Link: Technology Favours Tyrrany – Yuval Noah Harari
Summary:
- Economic incentives favour making powerful AI.
- Making powerful AI is easier where you don’t respect liberty / privacy.
- We’re developing a new useless class. People that can’t do anything better than technology. And we don’t know what to do with them.
Raw Notes:
- Democracy has been the exception, not the norm throughout history.
- The author thinks that there are certain technological conditions that promote democracy. And that we're growing further away from those conditions with the technology we're developing.
- I'm not entirely sure what he means. But he gives the example of the "ordinary man" being praised in the 1940s. Everyday steel, coal, farm, military workers would be on propaganda posters in the US, USSR, and Europe. But today, "ordinary workers" are no longer celebrated. They no longer have a future.
- He says ordinary people have political power (in democracies) but are less and less relevant economically. "Perhaps in the 21st century, populist revolts will be staged not against an economic elite that exploits people but against an economic elite that does not need them anymore."

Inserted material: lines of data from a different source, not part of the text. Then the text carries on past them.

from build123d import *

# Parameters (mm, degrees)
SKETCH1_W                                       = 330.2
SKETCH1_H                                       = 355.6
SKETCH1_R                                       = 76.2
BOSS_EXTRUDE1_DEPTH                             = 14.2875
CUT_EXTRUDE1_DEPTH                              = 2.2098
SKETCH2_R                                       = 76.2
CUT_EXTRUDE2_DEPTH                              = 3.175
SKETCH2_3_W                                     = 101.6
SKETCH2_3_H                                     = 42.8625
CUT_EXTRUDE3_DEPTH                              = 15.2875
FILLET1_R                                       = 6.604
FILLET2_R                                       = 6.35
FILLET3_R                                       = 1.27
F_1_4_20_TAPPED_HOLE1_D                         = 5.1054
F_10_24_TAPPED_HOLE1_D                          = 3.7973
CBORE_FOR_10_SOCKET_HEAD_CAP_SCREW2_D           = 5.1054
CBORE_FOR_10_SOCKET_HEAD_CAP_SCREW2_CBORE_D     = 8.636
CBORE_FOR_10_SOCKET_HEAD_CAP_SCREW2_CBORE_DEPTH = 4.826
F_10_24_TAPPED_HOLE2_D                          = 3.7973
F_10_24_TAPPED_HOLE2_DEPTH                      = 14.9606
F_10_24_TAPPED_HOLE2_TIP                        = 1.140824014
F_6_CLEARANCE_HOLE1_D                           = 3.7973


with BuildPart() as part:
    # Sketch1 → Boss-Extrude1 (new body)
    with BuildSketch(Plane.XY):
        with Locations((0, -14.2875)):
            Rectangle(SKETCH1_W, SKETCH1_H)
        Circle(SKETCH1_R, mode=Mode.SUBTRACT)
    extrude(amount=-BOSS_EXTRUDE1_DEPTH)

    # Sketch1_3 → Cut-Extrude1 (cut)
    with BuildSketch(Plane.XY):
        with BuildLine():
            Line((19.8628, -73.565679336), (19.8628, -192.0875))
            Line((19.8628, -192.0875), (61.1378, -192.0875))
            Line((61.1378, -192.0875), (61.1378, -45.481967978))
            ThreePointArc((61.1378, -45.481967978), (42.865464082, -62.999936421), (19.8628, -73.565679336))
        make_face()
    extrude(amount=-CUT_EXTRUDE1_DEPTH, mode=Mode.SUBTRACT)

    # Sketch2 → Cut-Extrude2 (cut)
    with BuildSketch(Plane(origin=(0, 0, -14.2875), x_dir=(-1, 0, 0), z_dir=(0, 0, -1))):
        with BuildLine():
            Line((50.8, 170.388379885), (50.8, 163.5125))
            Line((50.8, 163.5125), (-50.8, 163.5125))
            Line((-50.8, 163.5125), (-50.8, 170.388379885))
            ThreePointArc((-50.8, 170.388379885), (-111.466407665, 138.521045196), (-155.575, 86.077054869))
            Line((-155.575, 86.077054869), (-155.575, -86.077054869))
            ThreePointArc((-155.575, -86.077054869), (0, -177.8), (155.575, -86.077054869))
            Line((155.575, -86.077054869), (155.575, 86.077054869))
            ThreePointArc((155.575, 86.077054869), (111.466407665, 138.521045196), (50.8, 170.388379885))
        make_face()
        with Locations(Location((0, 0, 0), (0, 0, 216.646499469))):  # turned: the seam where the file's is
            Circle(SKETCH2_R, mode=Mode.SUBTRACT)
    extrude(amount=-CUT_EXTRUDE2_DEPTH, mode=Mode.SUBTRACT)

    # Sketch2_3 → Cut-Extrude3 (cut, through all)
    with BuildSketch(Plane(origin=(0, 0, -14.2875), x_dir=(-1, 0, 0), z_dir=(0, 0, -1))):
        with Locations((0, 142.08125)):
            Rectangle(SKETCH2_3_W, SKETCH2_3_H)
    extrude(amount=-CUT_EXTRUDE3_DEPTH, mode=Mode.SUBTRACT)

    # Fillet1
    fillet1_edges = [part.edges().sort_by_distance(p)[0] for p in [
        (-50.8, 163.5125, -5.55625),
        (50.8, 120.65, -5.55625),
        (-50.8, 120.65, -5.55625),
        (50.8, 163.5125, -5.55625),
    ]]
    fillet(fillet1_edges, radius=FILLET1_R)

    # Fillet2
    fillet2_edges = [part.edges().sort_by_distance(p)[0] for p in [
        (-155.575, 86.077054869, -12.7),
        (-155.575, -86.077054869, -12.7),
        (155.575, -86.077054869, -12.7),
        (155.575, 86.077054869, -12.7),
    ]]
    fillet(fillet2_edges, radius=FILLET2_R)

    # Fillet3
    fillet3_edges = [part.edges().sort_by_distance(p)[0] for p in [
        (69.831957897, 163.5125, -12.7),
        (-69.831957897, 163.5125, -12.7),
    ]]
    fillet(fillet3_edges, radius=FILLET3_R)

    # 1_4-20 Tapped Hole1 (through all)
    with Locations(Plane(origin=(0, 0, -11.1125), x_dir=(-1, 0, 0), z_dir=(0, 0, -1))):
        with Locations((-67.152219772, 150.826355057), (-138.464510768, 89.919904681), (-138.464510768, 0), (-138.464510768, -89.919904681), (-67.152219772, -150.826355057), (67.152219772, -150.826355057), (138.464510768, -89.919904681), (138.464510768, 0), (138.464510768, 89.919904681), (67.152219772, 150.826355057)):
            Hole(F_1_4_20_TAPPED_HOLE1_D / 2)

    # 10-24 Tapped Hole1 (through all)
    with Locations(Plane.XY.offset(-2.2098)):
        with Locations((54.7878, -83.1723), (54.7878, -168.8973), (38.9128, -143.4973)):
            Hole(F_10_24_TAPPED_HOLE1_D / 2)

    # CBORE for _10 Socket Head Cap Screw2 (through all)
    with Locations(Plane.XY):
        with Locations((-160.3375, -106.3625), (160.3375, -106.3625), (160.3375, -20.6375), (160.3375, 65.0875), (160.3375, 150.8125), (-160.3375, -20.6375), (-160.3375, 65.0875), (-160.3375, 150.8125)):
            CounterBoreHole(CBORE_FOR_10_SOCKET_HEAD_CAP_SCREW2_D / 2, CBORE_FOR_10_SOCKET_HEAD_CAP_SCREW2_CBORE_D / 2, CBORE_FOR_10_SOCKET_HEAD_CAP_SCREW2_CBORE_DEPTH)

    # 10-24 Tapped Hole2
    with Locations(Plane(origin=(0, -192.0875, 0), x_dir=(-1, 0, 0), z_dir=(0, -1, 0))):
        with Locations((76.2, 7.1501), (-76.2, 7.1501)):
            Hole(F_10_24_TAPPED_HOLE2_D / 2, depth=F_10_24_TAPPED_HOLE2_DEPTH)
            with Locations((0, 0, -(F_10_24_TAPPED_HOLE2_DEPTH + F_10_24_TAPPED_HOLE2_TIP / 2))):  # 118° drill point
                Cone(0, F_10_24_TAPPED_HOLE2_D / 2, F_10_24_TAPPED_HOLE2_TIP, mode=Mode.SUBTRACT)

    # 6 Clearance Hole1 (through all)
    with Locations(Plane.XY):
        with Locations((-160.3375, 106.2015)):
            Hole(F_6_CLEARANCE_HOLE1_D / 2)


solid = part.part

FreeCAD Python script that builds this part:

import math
import FreeCAD as App
import Part
import Sketcher

V = App.Vector
Q = App.Units.Quantity


def edges_at(feature, points):
    """Names of the edges that pass closest to the given points."""
    edges = feature.Shape.Edges
    near = lambda p: min(range(len(edges)), key=lambda i: edges[i].distToShape(Part.Vertex(*p))[0])
    return sorted({f"Edge{near(p) + 1}" for p in points})


def add_polygon(sketch, points):
    """Adds a closed chain of lines whose ends are joined by coincident constraints."""
    first, n = sketch.GeometryCount, len(points)
    for a, b in zip(points, points[1:] + points[:1]):
        sketch.addGeometry(Part.LineSegment(App.Vector(*a, 0), App.Vector(*b, 0)), False)
    for i in range(n):
        sketch.addConstraint(Sketcher.Constraint("Coincident", first + i, 2, first + (i + 1) % n, 1))

doc = App.newDocument("Part")
body = doc.addObject("PartDesign::Body", "Body")

sketch1 = body.newObject("Sketcher::SketchObject", "Sketch")
sketch1.AttachmentSupport = (doc.getObject("XY_Plane"), [""])
sketch1.MapMode = "FlatFace"
add_polygon(sketch1, [(-165.1, 163.5125), (-165.1, -192.0875), (165.1, -192.0875), (165.1, 163.5125)])
sketch1.addGeometry(Part.Circle(V(0, 0, 0), V(0, 0, 1), 76.2), False)
sketch1.addConstraint(Sketcher.Constraint("Vertical", 0))
sketch1.addConstraint(Sketcher.Constraint("Horizontal", 1))
sketch1.addConstraint(Sketcher.Constraint("Vertical", 2))
sketch1.addConstraint(Sketcher.Constraint("Horizontal", 3))
sketch1.addConstraint(Sketcher.Constraint("Coincident", 4, 3, -1, 1))
sketch1.addConstraint(Sketcher.Constraint("Diameter", 4, Q("6 in")))
sketch1.addConstraint(Sketcher.Constraint("DistanceX", 1, 1, 1, 2, Q("13 in")))
sketch1.addConstraint(Sketcher.Constraint("DistanceY", 0, 2, 0, 1, Q("14 in")))
sketch1.addConstraint(Sketcher.Constraint("DistanceX", 0, 2, -1, 1, Q("6.5 in")))
sketch1.addConstraint(Sketcher.Constraint("DistanceY", 0, 2, -1, 1, Q("7.5625 in")))
pad1 = body.newObject("PartDesign::Pad", "Pad")
pad1.Profile = sketch1
pad1.Length = Q("0.5625 in")
pad1.Reversed = True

- We can't keep people happy by just getting more and more economic growth. Not if this growth is based on inventing more and more disruptive technologies.
- As technology continues to develop, we'll have new jobs emerge quickly. But the new jobs will also disappear quickly. Ex: Human annotators for AI models. People will need to retrain many many times.
- How will this affect people's stress given how many people are already stressed?
- He thinks that we'll have technology that can tell what people are thinking (roughly). Ex: He says if you look at a picture and get higher blood pressure and activity in your amygdala, then you're getting angry from the contents of that picture. And he says this type of technology could be used in autocratic states to suppress dissent.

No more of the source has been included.